**Given data**
——————

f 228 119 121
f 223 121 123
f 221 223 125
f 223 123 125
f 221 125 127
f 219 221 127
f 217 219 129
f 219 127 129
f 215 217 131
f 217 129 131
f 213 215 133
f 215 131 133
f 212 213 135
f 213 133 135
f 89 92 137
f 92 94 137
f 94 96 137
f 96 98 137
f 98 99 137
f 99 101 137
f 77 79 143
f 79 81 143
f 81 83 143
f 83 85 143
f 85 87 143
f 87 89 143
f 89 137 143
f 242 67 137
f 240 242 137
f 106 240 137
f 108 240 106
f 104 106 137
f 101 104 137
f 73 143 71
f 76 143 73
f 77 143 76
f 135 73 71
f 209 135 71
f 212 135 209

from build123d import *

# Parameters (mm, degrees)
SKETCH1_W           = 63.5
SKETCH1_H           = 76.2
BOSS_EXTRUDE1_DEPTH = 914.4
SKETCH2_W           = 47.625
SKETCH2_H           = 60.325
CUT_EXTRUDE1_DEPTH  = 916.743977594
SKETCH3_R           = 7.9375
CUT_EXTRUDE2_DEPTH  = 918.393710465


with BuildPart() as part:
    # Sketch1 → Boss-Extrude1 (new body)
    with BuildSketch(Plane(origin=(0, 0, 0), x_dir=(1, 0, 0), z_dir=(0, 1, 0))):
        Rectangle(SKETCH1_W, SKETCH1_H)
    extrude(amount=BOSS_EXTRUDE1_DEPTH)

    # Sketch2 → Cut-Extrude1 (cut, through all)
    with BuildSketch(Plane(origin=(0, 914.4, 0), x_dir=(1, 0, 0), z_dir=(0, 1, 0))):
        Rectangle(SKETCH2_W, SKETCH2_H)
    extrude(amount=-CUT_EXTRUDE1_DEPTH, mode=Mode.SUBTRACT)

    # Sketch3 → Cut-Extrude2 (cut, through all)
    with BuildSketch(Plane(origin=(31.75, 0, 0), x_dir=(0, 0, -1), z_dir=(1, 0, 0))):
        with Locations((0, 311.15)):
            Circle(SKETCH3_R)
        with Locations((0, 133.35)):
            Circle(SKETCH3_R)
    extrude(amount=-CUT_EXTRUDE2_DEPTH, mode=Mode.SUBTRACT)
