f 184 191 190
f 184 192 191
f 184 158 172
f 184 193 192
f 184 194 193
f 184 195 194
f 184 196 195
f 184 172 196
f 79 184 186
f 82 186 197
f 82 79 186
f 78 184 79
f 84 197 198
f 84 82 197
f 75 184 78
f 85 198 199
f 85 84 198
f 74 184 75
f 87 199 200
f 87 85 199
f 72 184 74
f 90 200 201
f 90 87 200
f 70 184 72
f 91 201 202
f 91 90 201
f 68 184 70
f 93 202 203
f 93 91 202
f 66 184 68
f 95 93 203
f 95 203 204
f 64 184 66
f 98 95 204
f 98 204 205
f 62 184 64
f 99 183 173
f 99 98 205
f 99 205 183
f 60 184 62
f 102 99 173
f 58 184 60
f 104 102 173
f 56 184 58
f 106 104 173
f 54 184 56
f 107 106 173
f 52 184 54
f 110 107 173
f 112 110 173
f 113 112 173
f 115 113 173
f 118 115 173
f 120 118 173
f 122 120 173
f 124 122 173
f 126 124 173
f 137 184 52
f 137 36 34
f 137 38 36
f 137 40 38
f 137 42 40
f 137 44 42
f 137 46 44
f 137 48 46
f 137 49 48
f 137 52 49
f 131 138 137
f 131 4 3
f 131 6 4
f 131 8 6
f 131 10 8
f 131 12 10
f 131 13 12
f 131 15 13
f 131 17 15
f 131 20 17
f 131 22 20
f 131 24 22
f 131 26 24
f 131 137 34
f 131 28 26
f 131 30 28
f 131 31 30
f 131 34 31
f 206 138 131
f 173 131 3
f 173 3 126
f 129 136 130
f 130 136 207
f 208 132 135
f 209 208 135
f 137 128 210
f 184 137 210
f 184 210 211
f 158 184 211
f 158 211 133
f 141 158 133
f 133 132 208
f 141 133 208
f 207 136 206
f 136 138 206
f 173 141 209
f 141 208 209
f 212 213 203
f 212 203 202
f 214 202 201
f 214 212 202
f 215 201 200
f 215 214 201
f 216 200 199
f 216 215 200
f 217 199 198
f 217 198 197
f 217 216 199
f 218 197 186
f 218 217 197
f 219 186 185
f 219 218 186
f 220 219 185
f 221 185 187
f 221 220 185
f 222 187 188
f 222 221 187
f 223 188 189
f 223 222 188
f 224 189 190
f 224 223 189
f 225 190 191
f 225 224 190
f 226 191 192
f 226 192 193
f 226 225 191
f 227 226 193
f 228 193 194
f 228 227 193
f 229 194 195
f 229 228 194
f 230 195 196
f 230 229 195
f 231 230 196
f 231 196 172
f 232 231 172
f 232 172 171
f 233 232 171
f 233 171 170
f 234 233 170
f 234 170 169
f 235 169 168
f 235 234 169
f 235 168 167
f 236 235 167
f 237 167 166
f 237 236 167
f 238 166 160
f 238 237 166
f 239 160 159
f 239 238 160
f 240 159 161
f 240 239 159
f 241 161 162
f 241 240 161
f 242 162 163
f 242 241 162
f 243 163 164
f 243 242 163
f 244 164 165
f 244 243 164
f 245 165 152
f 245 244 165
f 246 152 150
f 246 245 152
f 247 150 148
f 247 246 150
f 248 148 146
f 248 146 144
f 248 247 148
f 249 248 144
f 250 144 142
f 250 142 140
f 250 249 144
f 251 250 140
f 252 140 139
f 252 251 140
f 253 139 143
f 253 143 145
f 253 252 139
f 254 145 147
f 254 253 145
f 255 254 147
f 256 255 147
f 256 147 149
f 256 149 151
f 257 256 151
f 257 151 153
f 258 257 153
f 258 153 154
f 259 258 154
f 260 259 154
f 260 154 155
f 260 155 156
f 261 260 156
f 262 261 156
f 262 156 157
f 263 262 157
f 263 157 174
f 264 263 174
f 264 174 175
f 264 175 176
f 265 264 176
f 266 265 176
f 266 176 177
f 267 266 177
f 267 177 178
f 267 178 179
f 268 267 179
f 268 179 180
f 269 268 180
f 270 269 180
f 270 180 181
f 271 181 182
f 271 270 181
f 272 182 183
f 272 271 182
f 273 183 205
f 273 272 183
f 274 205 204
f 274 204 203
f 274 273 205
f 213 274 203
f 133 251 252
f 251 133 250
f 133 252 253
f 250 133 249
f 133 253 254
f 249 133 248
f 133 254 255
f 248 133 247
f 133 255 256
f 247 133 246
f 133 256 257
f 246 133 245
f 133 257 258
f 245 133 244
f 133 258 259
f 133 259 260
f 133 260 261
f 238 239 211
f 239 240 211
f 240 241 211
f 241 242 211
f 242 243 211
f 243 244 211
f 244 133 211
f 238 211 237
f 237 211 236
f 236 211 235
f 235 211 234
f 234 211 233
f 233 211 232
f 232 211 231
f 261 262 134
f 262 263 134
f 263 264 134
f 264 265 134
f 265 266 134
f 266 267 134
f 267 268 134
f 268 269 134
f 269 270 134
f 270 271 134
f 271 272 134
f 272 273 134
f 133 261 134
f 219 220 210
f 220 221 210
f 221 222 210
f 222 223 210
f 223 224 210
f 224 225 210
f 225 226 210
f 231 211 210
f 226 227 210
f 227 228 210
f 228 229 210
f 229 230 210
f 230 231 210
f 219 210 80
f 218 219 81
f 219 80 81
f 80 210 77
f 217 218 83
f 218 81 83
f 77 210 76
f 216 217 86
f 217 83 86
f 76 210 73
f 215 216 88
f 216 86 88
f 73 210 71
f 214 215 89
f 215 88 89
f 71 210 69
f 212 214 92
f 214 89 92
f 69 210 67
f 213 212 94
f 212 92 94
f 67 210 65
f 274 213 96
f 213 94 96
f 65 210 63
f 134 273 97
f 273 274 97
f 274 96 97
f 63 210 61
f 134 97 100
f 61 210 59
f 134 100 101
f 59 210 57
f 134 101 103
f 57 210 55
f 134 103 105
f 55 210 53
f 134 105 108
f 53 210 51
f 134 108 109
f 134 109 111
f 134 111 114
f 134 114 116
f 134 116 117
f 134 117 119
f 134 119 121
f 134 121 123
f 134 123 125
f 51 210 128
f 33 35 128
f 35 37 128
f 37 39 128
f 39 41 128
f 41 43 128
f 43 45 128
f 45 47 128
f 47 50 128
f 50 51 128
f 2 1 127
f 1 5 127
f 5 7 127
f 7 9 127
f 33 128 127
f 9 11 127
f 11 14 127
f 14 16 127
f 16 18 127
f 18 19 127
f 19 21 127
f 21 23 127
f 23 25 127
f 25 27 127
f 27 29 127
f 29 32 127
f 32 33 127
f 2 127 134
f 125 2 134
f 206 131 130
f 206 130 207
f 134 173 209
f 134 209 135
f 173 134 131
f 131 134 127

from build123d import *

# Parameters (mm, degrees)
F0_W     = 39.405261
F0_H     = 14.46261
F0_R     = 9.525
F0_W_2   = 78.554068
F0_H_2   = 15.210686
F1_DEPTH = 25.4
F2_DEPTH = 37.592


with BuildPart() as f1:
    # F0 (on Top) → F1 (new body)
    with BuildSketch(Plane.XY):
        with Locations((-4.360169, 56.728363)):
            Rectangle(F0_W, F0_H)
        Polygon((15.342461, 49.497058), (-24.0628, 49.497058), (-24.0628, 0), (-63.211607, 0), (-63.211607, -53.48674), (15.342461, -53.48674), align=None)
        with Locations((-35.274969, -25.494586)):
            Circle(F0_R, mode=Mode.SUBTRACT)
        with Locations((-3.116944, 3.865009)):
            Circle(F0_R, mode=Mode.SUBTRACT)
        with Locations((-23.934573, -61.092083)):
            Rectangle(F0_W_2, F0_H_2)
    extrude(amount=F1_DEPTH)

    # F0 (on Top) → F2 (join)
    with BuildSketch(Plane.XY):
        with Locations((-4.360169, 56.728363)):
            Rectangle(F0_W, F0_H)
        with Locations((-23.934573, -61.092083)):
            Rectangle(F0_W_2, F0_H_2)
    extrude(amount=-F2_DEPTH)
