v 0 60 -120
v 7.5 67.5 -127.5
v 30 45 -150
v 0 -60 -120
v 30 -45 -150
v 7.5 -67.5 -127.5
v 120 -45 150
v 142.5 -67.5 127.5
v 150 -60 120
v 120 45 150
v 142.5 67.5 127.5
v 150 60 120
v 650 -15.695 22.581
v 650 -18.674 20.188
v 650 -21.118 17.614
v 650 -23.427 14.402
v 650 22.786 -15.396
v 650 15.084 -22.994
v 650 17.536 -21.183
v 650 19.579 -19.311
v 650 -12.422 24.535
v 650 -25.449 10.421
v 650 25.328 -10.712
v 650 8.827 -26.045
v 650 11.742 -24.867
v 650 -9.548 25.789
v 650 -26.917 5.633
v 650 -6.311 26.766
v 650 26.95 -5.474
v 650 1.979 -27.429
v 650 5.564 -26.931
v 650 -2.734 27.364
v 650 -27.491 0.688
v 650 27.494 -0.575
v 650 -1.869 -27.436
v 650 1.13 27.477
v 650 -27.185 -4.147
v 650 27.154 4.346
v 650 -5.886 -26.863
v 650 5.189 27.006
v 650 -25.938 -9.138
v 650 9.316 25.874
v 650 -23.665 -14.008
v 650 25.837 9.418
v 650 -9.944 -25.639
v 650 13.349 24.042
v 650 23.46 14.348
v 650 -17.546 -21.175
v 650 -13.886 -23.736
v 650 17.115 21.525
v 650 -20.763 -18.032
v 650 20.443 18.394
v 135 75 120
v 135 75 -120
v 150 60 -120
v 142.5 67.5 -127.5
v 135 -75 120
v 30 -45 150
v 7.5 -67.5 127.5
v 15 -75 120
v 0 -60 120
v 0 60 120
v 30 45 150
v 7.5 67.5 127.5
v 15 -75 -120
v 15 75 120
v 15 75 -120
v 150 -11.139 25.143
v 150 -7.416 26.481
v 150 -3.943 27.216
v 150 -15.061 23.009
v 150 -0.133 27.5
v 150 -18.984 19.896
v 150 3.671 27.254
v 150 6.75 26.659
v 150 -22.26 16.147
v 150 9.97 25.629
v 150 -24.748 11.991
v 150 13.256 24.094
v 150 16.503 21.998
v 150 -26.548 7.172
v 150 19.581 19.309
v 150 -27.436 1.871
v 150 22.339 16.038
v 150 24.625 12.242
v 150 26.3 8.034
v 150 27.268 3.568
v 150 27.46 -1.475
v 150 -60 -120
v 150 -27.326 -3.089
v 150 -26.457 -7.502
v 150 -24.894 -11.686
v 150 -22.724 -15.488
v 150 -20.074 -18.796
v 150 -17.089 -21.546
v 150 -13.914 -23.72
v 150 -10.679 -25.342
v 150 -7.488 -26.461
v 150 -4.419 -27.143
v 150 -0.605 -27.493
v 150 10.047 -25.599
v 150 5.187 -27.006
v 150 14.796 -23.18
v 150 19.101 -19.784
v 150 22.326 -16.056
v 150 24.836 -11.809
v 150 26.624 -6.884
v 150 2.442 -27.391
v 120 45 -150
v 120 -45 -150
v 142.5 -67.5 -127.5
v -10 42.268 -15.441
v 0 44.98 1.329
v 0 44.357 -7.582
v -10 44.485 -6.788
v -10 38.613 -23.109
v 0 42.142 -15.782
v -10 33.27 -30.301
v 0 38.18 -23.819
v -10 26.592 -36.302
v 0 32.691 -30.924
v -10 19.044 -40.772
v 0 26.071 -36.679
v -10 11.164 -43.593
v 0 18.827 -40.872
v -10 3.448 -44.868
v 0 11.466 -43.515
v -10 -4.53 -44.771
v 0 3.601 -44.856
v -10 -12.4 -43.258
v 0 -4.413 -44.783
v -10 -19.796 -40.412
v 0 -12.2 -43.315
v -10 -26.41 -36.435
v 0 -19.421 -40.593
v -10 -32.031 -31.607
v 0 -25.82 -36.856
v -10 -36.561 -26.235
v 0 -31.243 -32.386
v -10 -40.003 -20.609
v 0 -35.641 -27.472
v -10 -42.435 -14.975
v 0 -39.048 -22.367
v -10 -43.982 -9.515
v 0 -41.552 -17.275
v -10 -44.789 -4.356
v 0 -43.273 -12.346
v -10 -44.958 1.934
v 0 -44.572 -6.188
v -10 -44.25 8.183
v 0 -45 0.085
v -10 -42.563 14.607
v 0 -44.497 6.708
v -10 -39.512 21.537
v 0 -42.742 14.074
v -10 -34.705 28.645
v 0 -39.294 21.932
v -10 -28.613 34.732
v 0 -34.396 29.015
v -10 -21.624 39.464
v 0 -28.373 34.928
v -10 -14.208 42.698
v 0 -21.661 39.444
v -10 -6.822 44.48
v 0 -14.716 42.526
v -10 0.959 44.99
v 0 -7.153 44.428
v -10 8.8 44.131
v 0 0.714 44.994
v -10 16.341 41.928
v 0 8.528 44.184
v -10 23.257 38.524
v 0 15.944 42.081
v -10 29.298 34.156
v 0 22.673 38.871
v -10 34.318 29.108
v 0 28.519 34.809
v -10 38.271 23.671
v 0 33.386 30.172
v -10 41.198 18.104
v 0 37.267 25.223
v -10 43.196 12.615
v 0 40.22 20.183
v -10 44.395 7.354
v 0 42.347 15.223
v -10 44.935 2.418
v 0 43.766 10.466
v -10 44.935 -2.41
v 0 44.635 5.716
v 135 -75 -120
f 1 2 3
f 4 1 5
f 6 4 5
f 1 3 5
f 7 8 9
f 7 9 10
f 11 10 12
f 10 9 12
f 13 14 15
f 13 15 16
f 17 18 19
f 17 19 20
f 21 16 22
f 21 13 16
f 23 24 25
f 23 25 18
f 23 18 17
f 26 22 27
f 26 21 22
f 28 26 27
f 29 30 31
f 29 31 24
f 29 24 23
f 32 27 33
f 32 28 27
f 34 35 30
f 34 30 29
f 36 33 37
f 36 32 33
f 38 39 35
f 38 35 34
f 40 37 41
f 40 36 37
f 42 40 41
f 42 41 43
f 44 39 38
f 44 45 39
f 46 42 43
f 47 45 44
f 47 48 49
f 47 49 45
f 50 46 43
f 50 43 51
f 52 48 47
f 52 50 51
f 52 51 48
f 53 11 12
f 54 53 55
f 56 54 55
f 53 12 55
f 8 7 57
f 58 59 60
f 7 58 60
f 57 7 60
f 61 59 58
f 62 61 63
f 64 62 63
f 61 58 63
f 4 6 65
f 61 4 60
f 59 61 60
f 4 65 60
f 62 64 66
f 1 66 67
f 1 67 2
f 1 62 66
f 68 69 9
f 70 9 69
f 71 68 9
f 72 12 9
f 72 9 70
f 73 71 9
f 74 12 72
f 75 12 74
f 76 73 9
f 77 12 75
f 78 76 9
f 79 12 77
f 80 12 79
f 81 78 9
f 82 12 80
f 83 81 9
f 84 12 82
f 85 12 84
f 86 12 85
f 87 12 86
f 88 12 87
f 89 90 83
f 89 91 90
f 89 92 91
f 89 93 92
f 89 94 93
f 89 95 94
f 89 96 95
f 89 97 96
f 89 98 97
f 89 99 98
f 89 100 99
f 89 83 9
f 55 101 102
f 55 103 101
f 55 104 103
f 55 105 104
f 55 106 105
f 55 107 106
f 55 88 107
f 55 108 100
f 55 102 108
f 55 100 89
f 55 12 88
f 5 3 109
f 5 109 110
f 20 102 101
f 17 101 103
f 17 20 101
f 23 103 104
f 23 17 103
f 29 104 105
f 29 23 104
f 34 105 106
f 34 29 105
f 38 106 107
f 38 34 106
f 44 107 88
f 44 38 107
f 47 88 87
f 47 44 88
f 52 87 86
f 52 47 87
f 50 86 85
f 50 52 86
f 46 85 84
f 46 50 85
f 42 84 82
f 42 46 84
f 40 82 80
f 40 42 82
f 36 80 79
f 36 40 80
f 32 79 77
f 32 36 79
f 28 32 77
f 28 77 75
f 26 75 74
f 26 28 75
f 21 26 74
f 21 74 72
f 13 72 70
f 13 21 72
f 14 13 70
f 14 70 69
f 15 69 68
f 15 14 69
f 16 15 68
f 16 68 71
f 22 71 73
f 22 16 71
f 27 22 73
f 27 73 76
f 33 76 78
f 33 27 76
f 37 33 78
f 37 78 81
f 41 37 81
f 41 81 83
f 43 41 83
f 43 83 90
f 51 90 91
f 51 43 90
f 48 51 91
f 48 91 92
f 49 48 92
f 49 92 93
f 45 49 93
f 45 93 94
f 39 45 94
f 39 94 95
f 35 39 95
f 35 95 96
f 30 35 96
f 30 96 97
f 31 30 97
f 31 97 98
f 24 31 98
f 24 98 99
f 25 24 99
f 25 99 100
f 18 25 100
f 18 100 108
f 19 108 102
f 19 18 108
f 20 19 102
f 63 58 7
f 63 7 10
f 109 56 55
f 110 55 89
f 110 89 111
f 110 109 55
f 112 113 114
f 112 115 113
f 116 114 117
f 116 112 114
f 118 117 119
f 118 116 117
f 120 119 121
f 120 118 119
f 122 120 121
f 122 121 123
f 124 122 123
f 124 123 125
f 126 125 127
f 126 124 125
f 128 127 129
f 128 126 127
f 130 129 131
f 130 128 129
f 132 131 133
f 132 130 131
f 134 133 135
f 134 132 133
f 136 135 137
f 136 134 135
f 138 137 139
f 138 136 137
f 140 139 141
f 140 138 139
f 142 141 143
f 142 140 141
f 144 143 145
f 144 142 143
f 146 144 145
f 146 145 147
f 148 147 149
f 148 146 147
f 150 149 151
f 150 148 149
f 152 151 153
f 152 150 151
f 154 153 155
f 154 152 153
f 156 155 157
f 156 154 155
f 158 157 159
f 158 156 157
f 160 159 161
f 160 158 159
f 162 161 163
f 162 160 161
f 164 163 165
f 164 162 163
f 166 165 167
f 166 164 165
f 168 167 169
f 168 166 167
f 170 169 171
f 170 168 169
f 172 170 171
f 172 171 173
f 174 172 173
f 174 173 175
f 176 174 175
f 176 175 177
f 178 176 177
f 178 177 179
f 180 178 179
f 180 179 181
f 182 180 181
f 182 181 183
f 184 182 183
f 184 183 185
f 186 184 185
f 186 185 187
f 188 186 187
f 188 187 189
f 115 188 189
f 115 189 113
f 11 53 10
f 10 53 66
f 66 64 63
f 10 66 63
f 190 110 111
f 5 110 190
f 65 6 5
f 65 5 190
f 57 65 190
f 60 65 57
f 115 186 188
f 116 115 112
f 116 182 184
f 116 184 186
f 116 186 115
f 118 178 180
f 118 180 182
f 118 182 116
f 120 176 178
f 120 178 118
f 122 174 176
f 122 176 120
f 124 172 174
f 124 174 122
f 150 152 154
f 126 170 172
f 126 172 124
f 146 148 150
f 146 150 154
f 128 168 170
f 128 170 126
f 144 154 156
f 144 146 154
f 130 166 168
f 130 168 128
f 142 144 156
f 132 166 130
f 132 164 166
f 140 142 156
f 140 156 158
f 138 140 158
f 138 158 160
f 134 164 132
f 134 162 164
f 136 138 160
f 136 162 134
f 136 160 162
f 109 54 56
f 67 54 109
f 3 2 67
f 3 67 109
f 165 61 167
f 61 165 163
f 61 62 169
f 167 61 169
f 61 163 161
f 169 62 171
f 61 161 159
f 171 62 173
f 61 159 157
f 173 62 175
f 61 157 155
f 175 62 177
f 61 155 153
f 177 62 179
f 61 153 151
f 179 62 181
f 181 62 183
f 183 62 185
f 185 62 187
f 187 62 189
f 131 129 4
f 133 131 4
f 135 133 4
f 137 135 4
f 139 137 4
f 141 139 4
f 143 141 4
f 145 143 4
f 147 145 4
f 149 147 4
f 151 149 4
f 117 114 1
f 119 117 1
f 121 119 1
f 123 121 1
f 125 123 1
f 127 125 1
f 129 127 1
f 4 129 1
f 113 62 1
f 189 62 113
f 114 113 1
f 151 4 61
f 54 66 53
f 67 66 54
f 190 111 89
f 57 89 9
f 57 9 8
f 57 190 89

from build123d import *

# Parameters (mm, degrees)
CHAFL_N2_SIZE = 30
CHAFL_N3_SIZE = 30
CHAFL_N4_SIZE = 30
CHAFL_N5_SIZE = 15


with BuildPart() as part:
    # Croquis3 → Recubrir1 section 0
    with BuildSketch(Plane(origin=(150, 0, 0), x_dir=(0, 0, -1), z_dir=(1, 0, 0))):
        with BuildLine():
            Line((-150, 75), (150, 75))
            Line((150, 75), (150, -75))
            Line((150, -75), (-150, -75))
            Line((-150, -75), (-150, 75))
        make_face()
    # Croquis2 → Recubrir1 section 1
    with BuildSketch(Plane(origin=(0, 0, 0), x_dir=(0, 0, -1), z_dir=(1, 0, 0))):
        with BuildLine():
            Line((-150, 75), (150, 75))
            Line((150, 75), (150, -75))
            Line((150, -75), (-150, -75))
            Line((-150, -75), (-150, 75))
        make_face()
    loft()

    # Recubrir2: read off the stored shape, not the designer's step
    # Recubrir2: loft between two sections, ruled curve by curve
    recubrir2_from = [
        Edge.make_bspline([(150, 5.186927484, -27.006402635), (150, 59.199732754, -16.632547667), (150, 48.825877786, 37.380257603), (150, -5.186927484, 27.006402635), (150, -59.199732754, 16.632547667), (150, -48.825877786, -37.380257603), (150, 5.186927484, -27.006402635)], [0, 0, 0, 0, 0.5, 0.5, 0.5, 1, 1, 1, 1], 3, [1, 0.333333333, 0.333333333, 1, 0.333333333, 0.333333333, 1]),
    ]
    recubrir2_to = [
        Edge.make_bspline([(650, 19.57936818, -19.310575902), (650, 58.200519984, 19.848160458), (650, 19.041783624, 58.469312262), (650, -19.57936818, 19.310575902), (650, -58.200519984, -19.848160458), (650, -19.041783624, -58.469312262), (650, 19.57936818, -19.310575902)], [0, 0, 0, 0, 0.5, 0.5, 0.5, 1, 1, 1, 1], 3, [1, 0.333333333, 0.333333333, 1, 0.333333333, 0.333333333, 1]),
    ]
    recubrir2 = Solid(Shell([*[Face.make_surface_from_curves(recubrir2_from[k], recubrir2_to[k]) for k in range(1)], Face(Wire(recubrir2_from)), Face(Wire(recubrir2_to))]))
    add(recubrir2)

    # Recubrir4: read off the stored shape, not the designer's step
    # Recubrir4: loft between two sections, ruled curve by curve
    recubrir4_from = [
        Edge.make_bspline([(0, 44.980379665, 1.328700551), (0, 47.637780767, -88.63205878), (0, -42.322978563, -91.289459882), (0, -44.980379665, -1.328700551), (0, -47.637780767, 88.63205878), (0, 42.322978563, 91.289459882), (0, 44.980379665, 1.328700551)], [0, 0, 0, 0, 0.5, 0.5, 0.5, 1, 1, 1, 1], 3, [1, 0.333333333, 0.333333333, 1, 0.333333333, 0.333333333, 1]),
    ]
    recubrir4_to = [
        Edge.make_bspline([(-10, 44.485072203, -6.788103644), (-10, 30.908864916, -95.75824805), (-10, -58.061279491, -82.182040763), (-10, -44.485072203, 6.788103644), (-10, -30.908864916, 95.75824805), (-10, 58.061279491, 82.182040763), (-10, 44.485072203, -6.788103644)], [0, 0, 0, 0, 0.5, 0.5, 0.5, 1, 1, 1, 1], 3, [1, 0.333333333, 0.333333333, 1, 0.333333333, 0.333333333, 1]),
    ]
    recubrir4 = Solid(Shell([*[Face.make_surface_from_curves(recubrir4_from[k], recubrir4_to[k]) for k in range(1)], Face(Wire(recubrir4_from)), Face(Wire(recubrir4_to))]))
    add(recubrir4)

    # Chaflán2
    chafl_n2_edges = [part.edges().sort_by_distance(p)[0] for p in [
        (75, -75, -150),
        (75, -75, 150),
        (75, 75, -150),
        (75, 75, 150),
    ]]
    chamfer(chafl_n2_edges, length=CHAFL_N2_SIZE)

    # Chaflán3
    chafl_n3_edges = [part.edges().sort_by_distance(p)[0] for p in [
        (0, 0, 150),
    ]]
    chamfer(chafl_n3_edges, length=CHAFL_N3_SIZE)

    # Chaflán4
    chafl_n4_edges = [part.edges().sort_by_distance(p)[0] for p in [
        (150, 0, -150),
        (0, 0, -150),
        (150, 0, 150),
    ]]
    chamfer(chafl_n4_edges, length=CHAFL_N4_SIZE)

    # Chaflán5
    chafl_n5_edges = [part.edges().sort_by_distance(p)[0] for p in [
        (0, 75, 0),
        (150, 75, 0),
        (150, -75, 0),
        (0, -75, 0),
    ]]
    chamfer(chafl_n5_edges, length=CHAFL_N5_SIZE)


solid = part.part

——————

Each line above that contains the word "body" should be returned.

**Result for this task**
    # Sketch1 → Boss-Extrude1 (new body)
    # F0 (on Top) → F1 (new body)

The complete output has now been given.